Harvard Psychological Studies, Volume 1 eBook

This eBook from the Gutenberg Project consists of approximately 757 pages of information about Harvard Psychological Studies, Volume 1.

The form of the experiment was suggested by the results of earlier experiments with lines.  It will be remembered that the express testimony of the subjects, confirmed by fair inference from the tabulated record, was to the effect that lines show, in ideation as in perception, both greater energy and clearer definition than surfaces.  By lines are meant, of course, not mathematical lines, but narrow surfaces whose longer boundaries are closely parallel.  To bring the superior suggestiveness of the line to a direct test was the object of this series.  And the table fully substantiates the former conclusion.  For the outline figure we have a general average of 41.08 seconds per minute, as against 28.10 seconds for the full-faced figure.

The notes here may be quoted as corroborative of previous statements.  “I notice,” says one, “a tendency of the color in the full-faced figure to spread over the background”—­a remark which bears out what has been said of the relative vagueness of the subjective processes excited by a broad homogeneous surface.  To this may be added:  “The full-faced figures became finally less distinct than the linear, and faded from the outside in;” “the areal (full-faced) figure gradually faded away, while the linear remained.”  Another comment runs:  “I feel the left (full-faced) striving to come into consciousness, but failing to arrive.  Don’t see it; feel it; and yet the feeling is connected with the eyes.”  This comment, made, of course, after the close of an observation, may serve as evidence of processes subsidiary to ideation, and may be compared, in respect of the motor factors which the ‘striving’ implies, with the preparatory stage which Binet found to be an inseparable and essential part of any given (vocal) motor reaction.[8]

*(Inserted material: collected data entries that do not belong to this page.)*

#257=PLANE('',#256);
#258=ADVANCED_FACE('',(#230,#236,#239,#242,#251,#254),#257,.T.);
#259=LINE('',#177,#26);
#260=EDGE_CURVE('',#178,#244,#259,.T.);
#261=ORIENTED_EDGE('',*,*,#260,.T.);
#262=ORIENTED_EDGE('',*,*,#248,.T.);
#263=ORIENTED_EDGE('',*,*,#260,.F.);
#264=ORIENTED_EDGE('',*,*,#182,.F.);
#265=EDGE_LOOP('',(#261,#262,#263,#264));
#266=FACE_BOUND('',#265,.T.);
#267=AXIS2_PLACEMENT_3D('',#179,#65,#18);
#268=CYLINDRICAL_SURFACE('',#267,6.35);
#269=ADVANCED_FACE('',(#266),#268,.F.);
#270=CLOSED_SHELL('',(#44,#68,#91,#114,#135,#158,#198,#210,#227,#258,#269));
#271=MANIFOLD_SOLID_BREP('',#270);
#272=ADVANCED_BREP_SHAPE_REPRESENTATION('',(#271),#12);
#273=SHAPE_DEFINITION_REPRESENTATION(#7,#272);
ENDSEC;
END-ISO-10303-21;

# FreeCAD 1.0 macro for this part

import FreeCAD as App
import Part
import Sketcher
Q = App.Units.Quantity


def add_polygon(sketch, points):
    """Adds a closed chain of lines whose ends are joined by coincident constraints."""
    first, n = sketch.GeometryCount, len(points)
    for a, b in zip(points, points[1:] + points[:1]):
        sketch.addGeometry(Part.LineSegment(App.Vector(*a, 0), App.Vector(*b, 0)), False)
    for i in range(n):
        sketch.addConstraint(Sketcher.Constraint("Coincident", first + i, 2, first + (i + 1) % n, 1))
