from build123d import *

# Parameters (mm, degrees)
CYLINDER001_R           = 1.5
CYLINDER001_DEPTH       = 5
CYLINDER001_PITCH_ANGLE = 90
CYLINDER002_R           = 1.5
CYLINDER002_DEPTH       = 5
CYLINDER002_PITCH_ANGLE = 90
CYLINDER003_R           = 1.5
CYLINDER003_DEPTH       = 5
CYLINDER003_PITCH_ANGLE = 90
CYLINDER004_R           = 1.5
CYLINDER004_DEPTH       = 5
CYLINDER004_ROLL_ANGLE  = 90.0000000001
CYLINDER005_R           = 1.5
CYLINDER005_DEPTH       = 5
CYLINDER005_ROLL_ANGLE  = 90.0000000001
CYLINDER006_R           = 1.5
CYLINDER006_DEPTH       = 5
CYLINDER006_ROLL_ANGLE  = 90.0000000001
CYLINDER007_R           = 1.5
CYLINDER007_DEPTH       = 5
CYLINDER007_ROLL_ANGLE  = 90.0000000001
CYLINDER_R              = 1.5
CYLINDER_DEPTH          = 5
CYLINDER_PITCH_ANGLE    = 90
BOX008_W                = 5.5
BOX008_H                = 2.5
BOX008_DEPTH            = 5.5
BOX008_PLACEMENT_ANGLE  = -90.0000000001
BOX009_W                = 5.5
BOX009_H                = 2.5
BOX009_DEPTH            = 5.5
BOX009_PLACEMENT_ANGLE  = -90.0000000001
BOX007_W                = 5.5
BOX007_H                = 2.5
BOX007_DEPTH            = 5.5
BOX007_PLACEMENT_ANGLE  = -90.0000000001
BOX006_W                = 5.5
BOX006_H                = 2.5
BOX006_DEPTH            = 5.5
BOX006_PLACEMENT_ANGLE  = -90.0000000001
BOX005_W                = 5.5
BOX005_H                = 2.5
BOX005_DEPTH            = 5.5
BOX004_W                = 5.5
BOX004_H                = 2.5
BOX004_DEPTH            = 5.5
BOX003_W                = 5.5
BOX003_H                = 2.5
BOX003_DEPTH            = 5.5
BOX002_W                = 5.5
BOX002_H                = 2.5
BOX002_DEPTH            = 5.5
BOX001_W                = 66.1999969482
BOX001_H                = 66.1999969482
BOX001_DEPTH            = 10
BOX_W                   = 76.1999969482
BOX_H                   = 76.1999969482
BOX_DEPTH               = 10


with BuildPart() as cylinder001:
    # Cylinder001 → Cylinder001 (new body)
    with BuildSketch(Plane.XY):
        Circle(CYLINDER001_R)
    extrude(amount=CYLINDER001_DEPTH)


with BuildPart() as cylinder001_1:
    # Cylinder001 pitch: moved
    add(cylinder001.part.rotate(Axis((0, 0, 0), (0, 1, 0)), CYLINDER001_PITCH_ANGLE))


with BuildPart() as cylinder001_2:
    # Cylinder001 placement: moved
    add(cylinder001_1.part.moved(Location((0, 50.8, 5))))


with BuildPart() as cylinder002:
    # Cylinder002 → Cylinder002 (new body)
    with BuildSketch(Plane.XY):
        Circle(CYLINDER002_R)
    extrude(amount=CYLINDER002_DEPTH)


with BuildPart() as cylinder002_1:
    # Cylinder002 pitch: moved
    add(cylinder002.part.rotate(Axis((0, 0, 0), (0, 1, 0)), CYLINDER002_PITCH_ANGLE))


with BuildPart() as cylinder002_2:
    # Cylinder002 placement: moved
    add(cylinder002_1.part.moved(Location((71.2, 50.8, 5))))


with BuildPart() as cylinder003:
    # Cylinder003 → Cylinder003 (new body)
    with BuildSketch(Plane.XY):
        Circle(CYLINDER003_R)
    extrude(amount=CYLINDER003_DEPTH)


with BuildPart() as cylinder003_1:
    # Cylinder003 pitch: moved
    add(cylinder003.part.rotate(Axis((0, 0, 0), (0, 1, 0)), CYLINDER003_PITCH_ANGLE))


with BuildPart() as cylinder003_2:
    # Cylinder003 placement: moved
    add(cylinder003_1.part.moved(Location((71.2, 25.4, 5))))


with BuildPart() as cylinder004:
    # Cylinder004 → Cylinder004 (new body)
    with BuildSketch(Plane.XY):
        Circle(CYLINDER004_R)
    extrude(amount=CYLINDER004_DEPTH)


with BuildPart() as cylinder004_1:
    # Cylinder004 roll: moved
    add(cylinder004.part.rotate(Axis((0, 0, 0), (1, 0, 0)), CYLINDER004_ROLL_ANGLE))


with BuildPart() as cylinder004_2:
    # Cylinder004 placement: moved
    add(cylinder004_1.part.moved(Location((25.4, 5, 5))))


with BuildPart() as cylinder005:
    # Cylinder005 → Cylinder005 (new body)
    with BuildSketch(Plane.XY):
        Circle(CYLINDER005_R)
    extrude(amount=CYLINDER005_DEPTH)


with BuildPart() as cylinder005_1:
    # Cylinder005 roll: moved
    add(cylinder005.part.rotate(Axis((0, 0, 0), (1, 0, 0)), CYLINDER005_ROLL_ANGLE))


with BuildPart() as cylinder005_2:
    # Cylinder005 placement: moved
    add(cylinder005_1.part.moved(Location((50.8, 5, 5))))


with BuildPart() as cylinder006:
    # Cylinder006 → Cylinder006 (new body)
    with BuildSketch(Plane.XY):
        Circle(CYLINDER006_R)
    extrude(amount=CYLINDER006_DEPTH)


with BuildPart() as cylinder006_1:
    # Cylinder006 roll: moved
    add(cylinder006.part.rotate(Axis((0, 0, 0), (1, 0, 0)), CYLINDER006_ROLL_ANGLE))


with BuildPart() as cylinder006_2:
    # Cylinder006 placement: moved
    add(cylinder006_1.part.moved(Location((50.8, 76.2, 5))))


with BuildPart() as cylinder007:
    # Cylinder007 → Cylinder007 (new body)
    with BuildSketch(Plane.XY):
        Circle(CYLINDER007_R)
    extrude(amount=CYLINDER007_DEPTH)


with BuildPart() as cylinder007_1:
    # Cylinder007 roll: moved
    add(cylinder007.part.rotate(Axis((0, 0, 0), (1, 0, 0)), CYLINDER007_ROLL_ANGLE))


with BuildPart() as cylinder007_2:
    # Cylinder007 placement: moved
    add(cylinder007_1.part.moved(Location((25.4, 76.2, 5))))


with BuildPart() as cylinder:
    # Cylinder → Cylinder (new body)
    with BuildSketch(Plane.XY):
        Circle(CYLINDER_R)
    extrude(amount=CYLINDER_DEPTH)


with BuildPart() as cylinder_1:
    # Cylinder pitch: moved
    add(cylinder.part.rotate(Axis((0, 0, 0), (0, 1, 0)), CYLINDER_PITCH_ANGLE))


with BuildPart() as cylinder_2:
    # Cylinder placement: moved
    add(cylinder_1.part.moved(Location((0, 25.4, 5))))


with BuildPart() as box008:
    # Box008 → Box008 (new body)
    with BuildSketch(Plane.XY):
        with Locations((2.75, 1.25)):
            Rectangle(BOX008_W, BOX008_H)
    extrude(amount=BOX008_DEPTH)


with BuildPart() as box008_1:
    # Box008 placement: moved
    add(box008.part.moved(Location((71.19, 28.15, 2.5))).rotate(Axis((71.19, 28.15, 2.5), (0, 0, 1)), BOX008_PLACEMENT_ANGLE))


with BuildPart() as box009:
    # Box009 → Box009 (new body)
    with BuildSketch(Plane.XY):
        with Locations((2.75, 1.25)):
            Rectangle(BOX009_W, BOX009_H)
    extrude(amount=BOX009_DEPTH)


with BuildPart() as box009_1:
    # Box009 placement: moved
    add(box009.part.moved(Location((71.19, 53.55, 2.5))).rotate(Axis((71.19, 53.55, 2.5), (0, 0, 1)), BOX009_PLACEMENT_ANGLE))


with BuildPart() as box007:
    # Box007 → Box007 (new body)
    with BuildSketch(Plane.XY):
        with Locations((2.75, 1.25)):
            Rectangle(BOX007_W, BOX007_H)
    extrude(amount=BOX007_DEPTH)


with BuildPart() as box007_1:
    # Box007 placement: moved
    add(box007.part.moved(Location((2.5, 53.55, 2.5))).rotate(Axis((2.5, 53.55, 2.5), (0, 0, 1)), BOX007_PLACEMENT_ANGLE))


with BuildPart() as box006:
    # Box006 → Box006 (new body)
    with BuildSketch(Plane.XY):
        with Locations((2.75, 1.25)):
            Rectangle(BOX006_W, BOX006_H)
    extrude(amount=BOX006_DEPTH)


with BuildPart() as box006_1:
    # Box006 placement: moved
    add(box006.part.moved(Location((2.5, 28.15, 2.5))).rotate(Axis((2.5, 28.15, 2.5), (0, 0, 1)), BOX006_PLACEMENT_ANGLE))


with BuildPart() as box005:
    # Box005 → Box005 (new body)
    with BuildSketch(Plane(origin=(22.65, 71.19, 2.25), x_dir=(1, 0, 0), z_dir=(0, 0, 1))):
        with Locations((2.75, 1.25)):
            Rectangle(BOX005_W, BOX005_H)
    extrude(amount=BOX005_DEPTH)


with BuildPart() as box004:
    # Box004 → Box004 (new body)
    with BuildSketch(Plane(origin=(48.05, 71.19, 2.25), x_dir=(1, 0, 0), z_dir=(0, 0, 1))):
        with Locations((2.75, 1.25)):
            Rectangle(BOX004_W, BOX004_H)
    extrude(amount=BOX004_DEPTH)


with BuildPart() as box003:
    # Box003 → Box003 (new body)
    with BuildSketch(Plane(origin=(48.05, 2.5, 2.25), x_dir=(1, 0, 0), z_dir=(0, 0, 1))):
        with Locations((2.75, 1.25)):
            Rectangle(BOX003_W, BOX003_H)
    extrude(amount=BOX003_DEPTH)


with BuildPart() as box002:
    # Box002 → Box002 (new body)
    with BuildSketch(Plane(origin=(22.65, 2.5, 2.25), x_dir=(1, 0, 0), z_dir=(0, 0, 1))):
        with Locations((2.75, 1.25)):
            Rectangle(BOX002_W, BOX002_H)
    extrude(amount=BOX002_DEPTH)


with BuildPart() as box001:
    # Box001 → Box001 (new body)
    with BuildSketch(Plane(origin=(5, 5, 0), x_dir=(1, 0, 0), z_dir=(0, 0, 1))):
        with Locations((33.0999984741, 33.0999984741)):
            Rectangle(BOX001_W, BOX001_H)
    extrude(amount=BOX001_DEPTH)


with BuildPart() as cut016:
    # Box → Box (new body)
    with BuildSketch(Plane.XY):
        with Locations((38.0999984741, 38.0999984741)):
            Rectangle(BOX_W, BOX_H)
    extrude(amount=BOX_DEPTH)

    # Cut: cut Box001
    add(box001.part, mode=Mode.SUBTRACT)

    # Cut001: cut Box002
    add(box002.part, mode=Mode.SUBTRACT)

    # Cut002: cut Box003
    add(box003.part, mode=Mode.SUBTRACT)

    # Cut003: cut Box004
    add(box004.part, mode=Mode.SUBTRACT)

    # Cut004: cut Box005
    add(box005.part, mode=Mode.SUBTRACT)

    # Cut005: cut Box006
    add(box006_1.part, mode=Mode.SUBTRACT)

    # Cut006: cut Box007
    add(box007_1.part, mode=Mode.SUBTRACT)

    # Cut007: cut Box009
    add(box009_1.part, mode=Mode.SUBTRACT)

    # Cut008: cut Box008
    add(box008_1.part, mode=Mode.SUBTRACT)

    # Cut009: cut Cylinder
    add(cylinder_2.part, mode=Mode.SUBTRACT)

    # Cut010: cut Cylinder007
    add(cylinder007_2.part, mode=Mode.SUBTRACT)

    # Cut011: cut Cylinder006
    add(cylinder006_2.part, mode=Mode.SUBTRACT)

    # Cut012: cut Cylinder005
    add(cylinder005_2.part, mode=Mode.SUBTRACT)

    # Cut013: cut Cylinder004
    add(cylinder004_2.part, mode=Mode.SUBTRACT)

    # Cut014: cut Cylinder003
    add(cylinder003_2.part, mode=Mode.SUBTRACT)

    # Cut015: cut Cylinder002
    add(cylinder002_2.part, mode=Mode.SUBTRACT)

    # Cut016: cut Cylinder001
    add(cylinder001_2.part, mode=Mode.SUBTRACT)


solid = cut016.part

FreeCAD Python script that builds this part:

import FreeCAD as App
import Part
import Sketcher
Q = App.Units.Quantity

doc = App.newDocument("Part")
body = doc.addObject("PartDesign::Body", "Body")

# Sketch on XY plane
sketch1 = body.newObject("Sketcher::SketchObject", "Sketch")
sketch1.AttachmentSupport = (doc.getObject("XY_Plane"), [""])
sketch1.MapMode = "FlatFace"
sketch1.addGeometry(Part.Circle(App.Vector(0, 0, 0), App.Vector(0, 0, 1), 1.5), False)
sketch1.addConstraint([
    Sketcher.Constraint("Coincident", 0, 3, -1, 1),
    Sketcher.Constraint("Diameter", 0, Q("3 mm")),
])
pad1 = body.newObject("PartDesign::Pad", "Pad")
pad1.Profile = sketch1
pad1.Length = 5
body2 = doc.addObject("PartDesign::Body", "Body001")
doc.recompute()

body.Placement = App.Placement(App.Vector(0, 0, 0), App.Rotation(App.Vector(0, 1, 0), 90))
boolean = body2.newObject("PartDesign::Boolean", "Boolean")
boolean.Type = "Fuse"
boolean.addObjects([body])
body3 = doc.addObject("PartDesign::Body", "Body002")
doc.recompute()

body2.Placement = App.Placement(App.Vector(0, 50.8, 5), App.Rotation(App.Vector(0, 0, 1), 0))
boolean2 = body3.newObject("PartDesign::Boolean", "Boolean001")
boolean2.Type = "Fuse"
boolean2.addObjects([body2])
body4 = doc.addObject("PartDesign::Body", "Body003")

# Sketch on XY plane
sketch2 = body4.newObject("Sketcher::SketchObject", "Sketch001")
sketch2.AttachmentSupport = (doc.getObject("XY_Plane003"), [""])
sketch2.MapMode = "FlatFace"
sketch2.addGeometry(Part.Circle(App.Vector(0, 0, 0), App.Vector(0, 0, 1), 1.5), False)
sketch2.addConstraint([
    Sketcher.Constraint("Coincident", 0, 3, -1, 1),
    Sketcher.Constraint("Diameter", 0, Q("3 mm")),
])
pad2 = body4.newObject("PartDesign::Pad", "Pad001")
pad2.Profile = sketch2
pad2.Length = 5
body5 = doc.addObject("PartDesign::Body", "Body004")
doc.recompute()

body4.Placement = App.Placement(App.Vector(0, 0, 0), App.Rotation(App.Vector(0, 1, 0), 90))
boolean3 = body5.newObject("PartDesign::Boolean", "Boolean002")
boolean3.Type = "Fuse"
boolean3.addObjects([body4])
body6 = doc.addObject("PartDesign::Body", "Body005")
doc.recompute()

body5.Placement = App.Placement(App.Vector(71.2, 50.8, 5), App.Rotation(App.Vector(0, 0, 1), 0))
boolean4 = body6.newObject("PartDesign::Boolean", "Boolean003")
boolean4.Type = "Fuse"
boolean4.addObjects([body5])
body7 = doc.addObject("PartDesign::Body", "Body006")

# Sketch on XY plane
sketch3 = body7.newObject("Sketcher::SketchObject", "Sketch002")
sketch3.AttachmentSupport = (doc.getObject("XY_Plane006"), [""])
sketch3.MapMode = "FlatFace"
sketch3.addGeometry(Part.Circle(App.Vector(0, 0, 0), App.Vector(0, 0, 1), 1.5), False)
sketch3.addConstraint([
    Sketcher.Constraint("Coincident", 0, 3, -1, 1),
    Sketcher.Constraint("Diameter", 0, Q("3 mm")),
])
pad3 = body7.newObject("PartDesign::Pad", "Pad002")
pad3.Profile = sketch3
pad3.Length = 5
body8 = doc.addObject("PartDesign::Body", "Body007")
doc.recompute()

body7.Placement = App.Placement(App.Vector(0, 0, 0), App.Rotation(App.Vector(0, 1, 0), 90))
boolean5 = body8.newObject("PartDesign::Boolean", "Boolean004")
boolean5.Type = "Fuse"
boolean5.addObjects([body7])
body9 = doc.addObject("PartDesign::Body", "Body008")
doc.recompute()

body8.Placement = App.Placement(App.Vector(71.2, 25.4, 5), App.Rotation(App.Vector(0, 0, 1), 0))
boolean6 = body9.newObject("PartDesign::Boolean", "Boolean005")
boolean6.Type = "Fuse"
boolean6.addObjects([body8])
body10 = doc.addObject("PartDesign::Body", "Body009")

# Sketch on XY plane
sketch4 = body10.newObject("Sketcher::SketchObject", "Sketch003")
sketch4.AttachmentSupport = (doc.getObject("XY_Plane009"), [""])
sketch4.MapMode = "FlatFace"
sketch4.addGeometry(Part.Circle(App.Vector(0, 0, 0), App.Vector(0, 0, 1), 1.5), False)
sketch4.addConstraint([
    Sketcher.Constraint("Coincident", 0, 3, -1, 1),
    Sketcher.Constraint("Diameter", 0, Q("3 mm")),
])
pad4 = body10.newObject("PartDesign::Pad", "Pad003")
pad4.Profile = sketch4
pad4.Length = 5
body11 = doc.addObject("PartDesign::Body", "Body010")
doc.recompute()

body10.Placement = App.Placement(App.Vector(0, 0, 0), App.Rotation(App.Vector(1, 0, 0), 90))
boolean7 = body11.newObject("PartDesign::Boolean", "Boolean006")
boolean7.Type = "Fuse"
boolean7.addObjects([body10])
body12 = doc.addObject("PartDesign::Body", "Body011")
doc.recompute()

body11.Placement = App.Placement(App.Vector(25.4, 5, 5), App.Rotation(App.Vector(0, 0, 1), 0))
boolean8 = body12.newObject("PartDesign::Boolean", "Boolean007")
boolean8.Type = "Fuse"
boolean8.addObjects([body11])
body13 = doc.addObject("PartDesign::Body", "Body012")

   [8] Binet, A. et Henri, V.:  op. citat.

Series No.  XII.—­Both the figures of each pair in this series were linear, and presented the same extent of surface (granite-gray) with the same length of line.  In other words, both figures were constituted of the same elements, and in both the corresponding lines ran in the same direction; but the lines in the one were connected so as to form a figure with a continuous boundary, while the lines of the other were disconnected, i.e., did not inclose a space.  The total length of line in each object was twenty centimeters, the breadth of the lines five millimeters.  Both figures were arranged symmetrically with respect to a perpendicular axis.

[Illustration:  FIG. 6.]

TABLE XII.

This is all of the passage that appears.